[AVAILABLE DATA]:

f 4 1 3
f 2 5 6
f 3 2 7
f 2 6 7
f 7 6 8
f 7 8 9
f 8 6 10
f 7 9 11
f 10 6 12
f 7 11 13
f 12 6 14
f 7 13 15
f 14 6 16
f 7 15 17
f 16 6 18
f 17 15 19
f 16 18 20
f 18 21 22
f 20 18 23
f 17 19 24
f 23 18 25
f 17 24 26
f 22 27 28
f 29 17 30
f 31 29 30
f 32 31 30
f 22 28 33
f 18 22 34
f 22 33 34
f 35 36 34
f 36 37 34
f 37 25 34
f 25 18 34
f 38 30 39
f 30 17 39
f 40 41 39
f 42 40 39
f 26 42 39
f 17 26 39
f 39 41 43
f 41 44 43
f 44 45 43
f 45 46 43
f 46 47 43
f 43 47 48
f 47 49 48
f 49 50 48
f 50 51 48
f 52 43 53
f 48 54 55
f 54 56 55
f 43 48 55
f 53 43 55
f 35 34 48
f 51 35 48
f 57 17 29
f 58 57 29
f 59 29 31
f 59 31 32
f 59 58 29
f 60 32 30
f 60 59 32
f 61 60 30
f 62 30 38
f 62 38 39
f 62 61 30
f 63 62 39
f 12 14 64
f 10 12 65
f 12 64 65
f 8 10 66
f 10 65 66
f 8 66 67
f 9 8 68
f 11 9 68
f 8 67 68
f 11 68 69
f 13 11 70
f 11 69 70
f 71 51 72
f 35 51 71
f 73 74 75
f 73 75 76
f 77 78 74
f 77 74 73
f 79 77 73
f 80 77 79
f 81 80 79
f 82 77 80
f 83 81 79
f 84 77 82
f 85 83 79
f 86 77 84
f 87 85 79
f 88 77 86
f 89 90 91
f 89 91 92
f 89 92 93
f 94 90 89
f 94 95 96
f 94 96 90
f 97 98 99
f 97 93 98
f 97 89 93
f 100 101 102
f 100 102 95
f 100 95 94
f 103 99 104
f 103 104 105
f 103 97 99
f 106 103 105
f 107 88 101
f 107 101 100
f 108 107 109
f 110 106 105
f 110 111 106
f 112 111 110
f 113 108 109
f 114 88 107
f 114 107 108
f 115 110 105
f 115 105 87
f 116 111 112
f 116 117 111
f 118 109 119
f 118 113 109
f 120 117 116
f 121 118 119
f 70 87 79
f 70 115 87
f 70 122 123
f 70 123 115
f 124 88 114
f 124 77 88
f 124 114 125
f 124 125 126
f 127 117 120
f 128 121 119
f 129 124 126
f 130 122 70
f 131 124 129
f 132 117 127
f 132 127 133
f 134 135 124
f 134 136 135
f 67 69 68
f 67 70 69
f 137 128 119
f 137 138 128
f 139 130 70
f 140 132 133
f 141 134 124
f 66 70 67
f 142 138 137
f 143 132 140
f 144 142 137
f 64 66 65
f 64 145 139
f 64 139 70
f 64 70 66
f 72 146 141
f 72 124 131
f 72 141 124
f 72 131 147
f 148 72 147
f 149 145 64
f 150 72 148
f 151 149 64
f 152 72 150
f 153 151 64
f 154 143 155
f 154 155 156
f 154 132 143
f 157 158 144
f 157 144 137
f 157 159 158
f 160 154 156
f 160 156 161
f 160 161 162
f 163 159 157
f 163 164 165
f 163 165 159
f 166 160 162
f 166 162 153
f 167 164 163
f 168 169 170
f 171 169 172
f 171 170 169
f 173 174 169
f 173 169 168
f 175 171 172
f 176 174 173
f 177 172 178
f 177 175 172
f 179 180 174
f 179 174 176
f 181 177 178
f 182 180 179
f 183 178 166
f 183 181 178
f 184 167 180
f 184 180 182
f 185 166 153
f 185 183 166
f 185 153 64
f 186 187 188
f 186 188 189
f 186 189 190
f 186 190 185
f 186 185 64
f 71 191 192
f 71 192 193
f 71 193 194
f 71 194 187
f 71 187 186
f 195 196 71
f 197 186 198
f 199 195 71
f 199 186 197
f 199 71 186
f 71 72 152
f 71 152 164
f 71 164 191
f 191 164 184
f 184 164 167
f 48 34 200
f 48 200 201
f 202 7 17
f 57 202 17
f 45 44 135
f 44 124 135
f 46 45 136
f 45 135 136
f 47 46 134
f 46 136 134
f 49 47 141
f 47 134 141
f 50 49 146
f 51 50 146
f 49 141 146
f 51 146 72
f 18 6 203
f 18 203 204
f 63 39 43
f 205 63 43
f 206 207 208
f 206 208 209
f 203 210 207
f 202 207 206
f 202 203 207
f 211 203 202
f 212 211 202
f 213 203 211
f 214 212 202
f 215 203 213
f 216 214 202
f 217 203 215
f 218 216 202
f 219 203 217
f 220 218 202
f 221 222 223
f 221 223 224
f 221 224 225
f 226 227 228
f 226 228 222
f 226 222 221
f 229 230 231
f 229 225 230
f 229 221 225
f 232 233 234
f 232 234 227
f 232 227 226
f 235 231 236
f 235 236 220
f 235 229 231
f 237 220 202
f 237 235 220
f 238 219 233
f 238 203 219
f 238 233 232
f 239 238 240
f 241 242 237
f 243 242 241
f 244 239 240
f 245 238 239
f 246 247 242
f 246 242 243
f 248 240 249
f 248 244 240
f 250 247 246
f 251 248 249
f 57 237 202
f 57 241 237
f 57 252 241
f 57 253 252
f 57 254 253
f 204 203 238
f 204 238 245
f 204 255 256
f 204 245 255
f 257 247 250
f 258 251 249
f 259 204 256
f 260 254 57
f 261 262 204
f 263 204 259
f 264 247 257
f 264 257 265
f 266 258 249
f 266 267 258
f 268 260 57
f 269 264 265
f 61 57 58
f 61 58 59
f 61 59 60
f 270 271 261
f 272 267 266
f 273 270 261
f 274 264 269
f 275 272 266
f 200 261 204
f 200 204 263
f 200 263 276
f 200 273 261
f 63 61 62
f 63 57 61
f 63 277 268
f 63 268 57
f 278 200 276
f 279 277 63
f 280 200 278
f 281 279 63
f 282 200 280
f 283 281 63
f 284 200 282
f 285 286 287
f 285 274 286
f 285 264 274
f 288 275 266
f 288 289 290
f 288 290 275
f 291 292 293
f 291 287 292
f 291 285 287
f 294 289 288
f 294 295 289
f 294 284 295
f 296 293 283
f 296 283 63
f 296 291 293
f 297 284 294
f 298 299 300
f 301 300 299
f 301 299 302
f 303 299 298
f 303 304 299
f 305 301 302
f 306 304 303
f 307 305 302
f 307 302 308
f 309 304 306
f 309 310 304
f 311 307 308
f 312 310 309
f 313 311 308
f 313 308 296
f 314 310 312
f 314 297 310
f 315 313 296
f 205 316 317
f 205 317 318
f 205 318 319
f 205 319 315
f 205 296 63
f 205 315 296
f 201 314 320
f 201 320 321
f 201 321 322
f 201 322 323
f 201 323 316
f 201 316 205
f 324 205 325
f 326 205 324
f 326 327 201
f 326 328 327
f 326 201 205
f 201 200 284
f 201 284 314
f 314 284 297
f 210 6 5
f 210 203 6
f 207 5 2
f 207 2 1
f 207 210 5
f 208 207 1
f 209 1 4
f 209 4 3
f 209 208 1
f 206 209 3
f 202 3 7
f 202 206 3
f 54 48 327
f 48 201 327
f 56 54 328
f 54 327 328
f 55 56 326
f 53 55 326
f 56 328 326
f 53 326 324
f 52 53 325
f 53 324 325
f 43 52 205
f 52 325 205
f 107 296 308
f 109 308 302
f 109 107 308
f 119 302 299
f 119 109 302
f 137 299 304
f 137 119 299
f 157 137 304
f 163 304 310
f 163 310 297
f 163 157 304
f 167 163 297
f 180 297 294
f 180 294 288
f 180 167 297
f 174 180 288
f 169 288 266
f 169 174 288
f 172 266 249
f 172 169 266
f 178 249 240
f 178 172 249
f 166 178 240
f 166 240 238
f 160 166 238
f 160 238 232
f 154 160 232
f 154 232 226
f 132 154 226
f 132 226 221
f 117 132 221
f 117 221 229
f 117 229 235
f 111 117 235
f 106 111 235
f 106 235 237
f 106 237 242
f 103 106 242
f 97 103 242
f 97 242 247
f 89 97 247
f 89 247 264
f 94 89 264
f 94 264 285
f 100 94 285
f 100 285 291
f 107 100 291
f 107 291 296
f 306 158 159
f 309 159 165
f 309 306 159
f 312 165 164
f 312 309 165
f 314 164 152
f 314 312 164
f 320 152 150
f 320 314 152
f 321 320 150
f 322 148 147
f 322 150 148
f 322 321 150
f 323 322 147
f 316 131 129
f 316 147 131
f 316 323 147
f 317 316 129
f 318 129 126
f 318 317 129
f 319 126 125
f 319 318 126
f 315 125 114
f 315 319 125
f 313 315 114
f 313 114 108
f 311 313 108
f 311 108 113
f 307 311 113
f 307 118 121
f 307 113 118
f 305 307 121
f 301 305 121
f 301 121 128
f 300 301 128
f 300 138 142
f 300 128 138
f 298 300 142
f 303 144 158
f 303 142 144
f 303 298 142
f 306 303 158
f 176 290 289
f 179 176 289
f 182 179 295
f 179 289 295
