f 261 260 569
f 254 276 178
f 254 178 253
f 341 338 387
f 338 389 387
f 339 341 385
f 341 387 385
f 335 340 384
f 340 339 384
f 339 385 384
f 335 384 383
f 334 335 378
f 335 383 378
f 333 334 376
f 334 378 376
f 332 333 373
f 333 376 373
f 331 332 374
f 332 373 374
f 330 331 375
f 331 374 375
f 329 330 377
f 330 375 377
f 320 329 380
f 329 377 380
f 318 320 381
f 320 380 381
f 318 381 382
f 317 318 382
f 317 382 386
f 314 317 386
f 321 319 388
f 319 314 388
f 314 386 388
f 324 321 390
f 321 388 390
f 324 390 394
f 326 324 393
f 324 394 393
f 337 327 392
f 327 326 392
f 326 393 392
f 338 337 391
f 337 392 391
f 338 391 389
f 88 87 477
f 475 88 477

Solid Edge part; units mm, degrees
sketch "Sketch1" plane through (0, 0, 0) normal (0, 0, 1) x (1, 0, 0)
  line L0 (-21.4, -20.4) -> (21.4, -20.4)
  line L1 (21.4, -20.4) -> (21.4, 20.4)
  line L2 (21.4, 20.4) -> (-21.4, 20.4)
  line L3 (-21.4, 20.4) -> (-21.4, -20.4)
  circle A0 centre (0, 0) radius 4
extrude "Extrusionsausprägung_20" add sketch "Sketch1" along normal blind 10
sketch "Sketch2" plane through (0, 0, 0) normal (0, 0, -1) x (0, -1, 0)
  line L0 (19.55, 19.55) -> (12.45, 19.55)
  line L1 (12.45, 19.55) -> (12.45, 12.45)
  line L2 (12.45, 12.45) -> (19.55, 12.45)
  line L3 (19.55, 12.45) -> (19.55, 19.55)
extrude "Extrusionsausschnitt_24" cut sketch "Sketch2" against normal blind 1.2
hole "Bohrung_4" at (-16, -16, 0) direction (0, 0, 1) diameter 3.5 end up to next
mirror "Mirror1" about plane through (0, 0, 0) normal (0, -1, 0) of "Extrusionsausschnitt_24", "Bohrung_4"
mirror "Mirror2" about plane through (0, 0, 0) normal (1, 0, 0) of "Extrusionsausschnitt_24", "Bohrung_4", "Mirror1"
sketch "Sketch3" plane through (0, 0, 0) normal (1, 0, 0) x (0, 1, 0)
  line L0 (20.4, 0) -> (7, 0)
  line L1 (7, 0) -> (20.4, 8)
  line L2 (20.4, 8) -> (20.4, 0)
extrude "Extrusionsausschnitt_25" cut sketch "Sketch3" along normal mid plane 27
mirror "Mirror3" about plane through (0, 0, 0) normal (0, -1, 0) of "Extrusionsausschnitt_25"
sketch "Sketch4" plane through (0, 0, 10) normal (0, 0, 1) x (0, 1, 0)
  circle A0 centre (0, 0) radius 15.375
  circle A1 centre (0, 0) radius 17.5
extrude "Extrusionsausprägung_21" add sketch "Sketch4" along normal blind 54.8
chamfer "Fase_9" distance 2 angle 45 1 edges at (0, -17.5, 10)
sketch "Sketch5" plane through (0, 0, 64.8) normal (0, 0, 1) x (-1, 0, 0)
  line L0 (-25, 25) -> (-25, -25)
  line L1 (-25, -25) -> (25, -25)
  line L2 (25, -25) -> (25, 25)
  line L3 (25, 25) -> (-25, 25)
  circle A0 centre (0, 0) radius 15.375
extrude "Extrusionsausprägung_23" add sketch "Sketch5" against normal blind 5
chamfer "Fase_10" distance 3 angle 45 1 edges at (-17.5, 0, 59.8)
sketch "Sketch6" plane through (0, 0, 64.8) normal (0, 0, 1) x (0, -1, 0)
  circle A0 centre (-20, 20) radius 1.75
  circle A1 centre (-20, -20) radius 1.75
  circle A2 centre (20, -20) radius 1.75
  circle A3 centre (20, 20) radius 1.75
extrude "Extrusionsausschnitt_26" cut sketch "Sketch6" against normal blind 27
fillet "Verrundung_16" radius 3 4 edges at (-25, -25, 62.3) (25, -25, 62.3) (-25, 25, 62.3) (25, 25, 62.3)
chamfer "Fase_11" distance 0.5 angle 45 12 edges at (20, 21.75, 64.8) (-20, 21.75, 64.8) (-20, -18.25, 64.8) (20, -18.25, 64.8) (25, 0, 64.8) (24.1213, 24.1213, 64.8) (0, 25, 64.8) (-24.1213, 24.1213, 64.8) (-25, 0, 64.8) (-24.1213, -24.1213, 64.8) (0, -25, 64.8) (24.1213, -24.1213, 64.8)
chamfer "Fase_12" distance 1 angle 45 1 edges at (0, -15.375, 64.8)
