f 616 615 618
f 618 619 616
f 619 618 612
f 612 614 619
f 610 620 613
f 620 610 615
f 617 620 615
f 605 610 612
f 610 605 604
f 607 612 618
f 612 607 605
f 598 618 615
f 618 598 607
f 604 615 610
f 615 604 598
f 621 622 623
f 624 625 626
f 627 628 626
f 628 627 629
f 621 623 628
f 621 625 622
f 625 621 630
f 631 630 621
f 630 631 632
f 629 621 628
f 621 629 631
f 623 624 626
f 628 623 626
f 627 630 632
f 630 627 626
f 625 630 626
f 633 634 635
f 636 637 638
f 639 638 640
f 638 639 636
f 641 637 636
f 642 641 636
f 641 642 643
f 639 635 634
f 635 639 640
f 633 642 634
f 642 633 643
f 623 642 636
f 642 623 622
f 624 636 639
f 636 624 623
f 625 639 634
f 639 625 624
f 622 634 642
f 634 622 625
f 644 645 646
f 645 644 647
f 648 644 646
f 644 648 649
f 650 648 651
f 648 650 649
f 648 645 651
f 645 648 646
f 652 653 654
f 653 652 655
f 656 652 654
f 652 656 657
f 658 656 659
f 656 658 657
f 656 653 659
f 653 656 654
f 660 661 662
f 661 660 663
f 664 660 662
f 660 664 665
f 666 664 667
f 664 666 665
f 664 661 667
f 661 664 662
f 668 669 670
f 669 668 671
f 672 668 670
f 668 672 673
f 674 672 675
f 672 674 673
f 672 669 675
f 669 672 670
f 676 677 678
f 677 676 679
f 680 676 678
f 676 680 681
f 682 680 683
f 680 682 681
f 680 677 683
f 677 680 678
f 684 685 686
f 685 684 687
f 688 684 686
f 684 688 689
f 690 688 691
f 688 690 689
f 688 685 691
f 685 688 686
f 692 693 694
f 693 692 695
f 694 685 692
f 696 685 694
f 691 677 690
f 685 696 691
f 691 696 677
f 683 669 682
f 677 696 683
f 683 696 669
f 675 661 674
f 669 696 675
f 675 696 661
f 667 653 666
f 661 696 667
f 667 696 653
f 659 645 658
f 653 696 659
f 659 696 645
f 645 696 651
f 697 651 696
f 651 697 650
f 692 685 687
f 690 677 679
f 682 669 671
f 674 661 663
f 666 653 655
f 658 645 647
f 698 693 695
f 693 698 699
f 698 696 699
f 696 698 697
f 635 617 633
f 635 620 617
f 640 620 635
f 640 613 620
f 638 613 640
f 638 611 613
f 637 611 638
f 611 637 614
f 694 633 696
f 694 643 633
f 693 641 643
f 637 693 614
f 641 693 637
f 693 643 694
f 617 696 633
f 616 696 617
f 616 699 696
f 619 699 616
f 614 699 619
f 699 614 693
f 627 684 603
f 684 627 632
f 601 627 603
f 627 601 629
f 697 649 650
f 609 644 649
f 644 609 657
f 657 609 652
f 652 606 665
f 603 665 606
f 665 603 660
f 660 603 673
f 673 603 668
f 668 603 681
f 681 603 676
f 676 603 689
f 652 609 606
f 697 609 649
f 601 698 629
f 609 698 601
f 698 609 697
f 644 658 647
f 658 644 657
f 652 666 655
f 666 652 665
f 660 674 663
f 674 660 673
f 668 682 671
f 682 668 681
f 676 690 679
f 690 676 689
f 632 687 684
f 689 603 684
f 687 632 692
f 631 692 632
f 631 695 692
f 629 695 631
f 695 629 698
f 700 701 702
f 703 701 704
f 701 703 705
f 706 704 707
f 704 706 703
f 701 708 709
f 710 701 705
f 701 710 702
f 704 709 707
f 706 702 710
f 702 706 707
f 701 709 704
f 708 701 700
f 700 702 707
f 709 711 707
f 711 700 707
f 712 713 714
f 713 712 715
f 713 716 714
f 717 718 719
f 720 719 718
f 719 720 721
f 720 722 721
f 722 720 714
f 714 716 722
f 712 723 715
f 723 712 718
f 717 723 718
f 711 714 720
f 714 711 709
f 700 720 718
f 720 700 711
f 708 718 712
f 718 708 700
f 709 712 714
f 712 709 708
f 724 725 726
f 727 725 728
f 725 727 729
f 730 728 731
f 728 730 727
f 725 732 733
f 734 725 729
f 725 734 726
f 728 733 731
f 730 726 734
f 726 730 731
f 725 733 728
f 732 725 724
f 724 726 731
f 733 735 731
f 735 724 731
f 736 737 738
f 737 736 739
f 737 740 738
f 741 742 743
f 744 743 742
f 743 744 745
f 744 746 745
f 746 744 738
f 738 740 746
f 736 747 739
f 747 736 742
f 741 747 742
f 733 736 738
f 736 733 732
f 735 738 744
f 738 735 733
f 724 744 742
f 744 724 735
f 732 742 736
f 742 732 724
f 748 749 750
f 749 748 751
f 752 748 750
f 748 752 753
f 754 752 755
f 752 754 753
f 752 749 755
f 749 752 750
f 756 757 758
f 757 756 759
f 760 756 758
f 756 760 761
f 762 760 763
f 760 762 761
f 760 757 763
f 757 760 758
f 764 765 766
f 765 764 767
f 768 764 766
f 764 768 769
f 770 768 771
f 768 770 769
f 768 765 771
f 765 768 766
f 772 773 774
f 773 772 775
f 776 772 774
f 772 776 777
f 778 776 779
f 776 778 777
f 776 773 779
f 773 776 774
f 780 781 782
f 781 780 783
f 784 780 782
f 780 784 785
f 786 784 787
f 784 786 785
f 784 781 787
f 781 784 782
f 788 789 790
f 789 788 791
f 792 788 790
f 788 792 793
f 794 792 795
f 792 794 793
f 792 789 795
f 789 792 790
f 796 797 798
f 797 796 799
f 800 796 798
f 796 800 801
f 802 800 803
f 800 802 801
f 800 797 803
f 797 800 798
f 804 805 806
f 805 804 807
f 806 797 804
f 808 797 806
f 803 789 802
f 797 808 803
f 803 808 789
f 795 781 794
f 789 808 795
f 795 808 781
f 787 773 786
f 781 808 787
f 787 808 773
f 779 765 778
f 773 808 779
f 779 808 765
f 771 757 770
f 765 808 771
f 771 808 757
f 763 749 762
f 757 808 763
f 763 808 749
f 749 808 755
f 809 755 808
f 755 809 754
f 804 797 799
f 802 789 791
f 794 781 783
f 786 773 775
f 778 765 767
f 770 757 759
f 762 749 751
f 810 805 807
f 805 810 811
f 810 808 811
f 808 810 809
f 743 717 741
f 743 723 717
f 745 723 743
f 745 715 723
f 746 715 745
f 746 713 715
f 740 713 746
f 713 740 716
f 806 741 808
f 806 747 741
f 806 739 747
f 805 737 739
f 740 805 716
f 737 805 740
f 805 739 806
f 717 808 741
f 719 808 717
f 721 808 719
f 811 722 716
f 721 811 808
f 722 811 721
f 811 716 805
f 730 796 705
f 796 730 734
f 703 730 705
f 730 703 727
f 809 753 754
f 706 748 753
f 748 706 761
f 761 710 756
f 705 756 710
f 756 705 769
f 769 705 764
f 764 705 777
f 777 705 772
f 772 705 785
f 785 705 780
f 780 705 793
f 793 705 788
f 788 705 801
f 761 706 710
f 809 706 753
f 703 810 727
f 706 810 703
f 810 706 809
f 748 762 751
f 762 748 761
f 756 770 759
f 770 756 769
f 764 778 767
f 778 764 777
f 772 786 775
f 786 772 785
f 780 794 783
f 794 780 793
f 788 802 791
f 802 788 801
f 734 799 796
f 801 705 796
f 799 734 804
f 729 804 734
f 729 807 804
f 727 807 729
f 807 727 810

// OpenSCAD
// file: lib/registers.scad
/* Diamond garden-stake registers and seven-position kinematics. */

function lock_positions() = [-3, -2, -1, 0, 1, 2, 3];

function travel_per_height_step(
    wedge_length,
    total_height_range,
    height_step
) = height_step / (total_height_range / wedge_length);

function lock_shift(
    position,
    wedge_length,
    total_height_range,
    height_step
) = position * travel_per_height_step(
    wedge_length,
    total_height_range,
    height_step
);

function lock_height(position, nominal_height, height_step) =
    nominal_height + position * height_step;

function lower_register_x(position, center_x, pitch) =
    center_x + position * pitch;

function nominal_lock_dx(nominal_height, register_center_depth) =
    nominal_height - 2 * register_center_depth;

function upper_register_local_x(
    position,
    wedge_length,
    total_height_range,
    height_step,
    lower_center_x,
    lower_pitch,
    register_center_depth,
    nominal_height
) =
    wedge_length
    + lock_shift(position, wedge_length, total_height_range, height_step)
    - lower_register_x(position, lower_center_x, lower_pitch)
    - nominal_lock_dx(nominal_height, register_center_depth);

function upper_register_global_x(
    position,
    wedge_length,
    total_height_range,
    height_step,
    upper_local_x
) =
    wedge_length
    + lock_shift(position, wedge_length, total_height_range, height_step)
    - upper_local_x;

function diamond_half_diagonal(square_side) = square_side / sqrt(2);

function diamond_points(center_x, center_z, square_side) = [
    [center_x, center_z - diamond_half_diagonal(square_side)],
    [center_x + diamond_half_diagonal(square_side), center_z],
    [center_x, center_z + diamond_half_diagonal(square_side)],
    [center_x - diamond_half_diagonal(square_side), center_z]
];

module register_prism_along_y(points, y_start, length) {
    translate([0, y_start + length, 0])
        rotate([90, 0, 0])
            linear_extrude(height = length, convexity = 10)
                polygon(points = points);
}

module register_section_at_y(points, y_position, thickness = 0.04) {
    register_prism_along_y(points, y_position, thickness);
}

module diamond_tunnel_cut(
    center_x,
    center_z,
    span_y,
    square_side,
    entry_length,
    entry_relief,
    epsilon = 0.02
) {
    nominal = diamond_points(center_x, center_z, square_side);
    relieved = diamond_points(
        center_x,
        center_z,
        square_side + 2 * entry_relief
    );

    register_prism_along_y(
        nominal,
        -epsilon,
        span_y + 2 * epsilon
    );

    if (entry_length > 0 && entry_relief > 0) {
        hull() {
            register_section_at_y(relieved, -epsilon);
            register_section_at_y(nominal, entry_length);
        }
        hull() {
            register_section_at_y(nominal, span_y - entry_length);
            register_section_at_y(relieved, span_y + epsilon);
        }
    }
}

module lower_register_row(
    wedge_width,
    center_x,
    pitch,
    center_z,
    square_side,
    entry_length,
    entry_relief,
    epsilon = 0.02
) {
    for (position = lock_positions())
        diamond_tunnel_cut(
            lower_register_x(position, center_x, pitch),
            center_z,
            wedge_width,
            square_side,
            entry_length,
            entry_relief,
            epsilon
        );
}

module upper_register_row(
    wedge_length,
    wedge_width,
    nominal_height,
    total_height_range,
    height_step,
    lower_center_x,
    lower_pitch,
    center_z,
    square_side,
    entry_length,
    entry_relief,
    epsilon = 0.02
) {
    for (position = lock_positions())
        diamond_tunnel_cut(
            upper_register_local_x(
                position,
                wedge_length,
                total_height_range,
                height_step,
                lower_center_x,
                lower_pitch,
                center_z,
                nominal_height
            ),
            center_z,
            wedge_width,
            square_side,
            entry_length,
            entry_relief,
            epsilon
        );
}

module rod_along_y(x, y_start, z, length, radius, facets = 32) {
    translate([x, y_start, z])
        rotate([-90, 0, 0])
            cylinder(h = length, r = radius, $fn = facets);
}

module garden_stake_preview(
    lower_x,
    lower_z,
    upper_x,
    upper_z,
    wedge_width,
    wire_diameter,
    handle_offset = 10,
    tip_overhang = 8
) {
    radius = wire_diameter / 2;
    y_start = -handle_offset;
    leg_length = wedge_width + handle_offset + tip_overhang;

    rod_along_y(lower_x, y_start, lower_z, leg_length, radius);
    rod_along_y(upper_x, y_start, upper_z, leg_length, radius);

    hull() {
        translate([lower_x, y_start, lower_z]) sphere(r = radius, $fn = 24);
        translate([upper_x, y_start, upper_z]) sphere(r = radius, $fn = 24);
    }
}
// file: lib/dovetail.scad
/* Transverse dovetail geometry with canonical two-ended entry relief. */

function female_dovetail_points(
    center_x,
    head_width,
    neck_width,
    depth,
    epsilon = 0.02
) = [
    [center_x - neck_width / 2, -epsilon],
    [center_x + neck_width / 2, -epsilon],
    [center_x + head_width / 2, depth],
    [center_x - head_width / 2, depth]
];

[GOAL OF THE EXERCISE]: Filter the records for lines holding the string "through". Copy each one.

[RESULT]:
sketch "Sketch1" plane through (0, 0, 0) normal (0, 0, 1) x (1, 0, 0)
sketch "Sketch2" plane through (0, 0, 0) normal (0, 0, -1) x (0, -1, 0)
mirror "Mirror1" about plane through (0, 0, 0) normal (0, -1, 0) of "Extrusionsausschnitt_24", "Bohrung_4"
mirror "Mirror2" about plane through (0, 0, 0) normal (1, 0, 0) of "Extrusionsausschnitt_24", "Bohrung_4", "Mirror1"
sketch "Sketch3" plane through (0, 0, 0) normal (1, 0, 0) x (0, 1, 0)
mirror "Mirror3" about plane through (0, 0, 0) normal (0, -1, 0) of "Extrusionsausschnitt_25"
sketch "Sketch4" plane through (0, 0, 10) normal (0, 0, 1) x (0, 1, 0)
sketch "Sketch5" plane through (0, 0, 64.8) normal (0, 0, 1) x (-1, 0, 0)
sketch "Sketch6" plane through (0, 0, 64.8) normal (0, 0, 1) x (0, -1, 0)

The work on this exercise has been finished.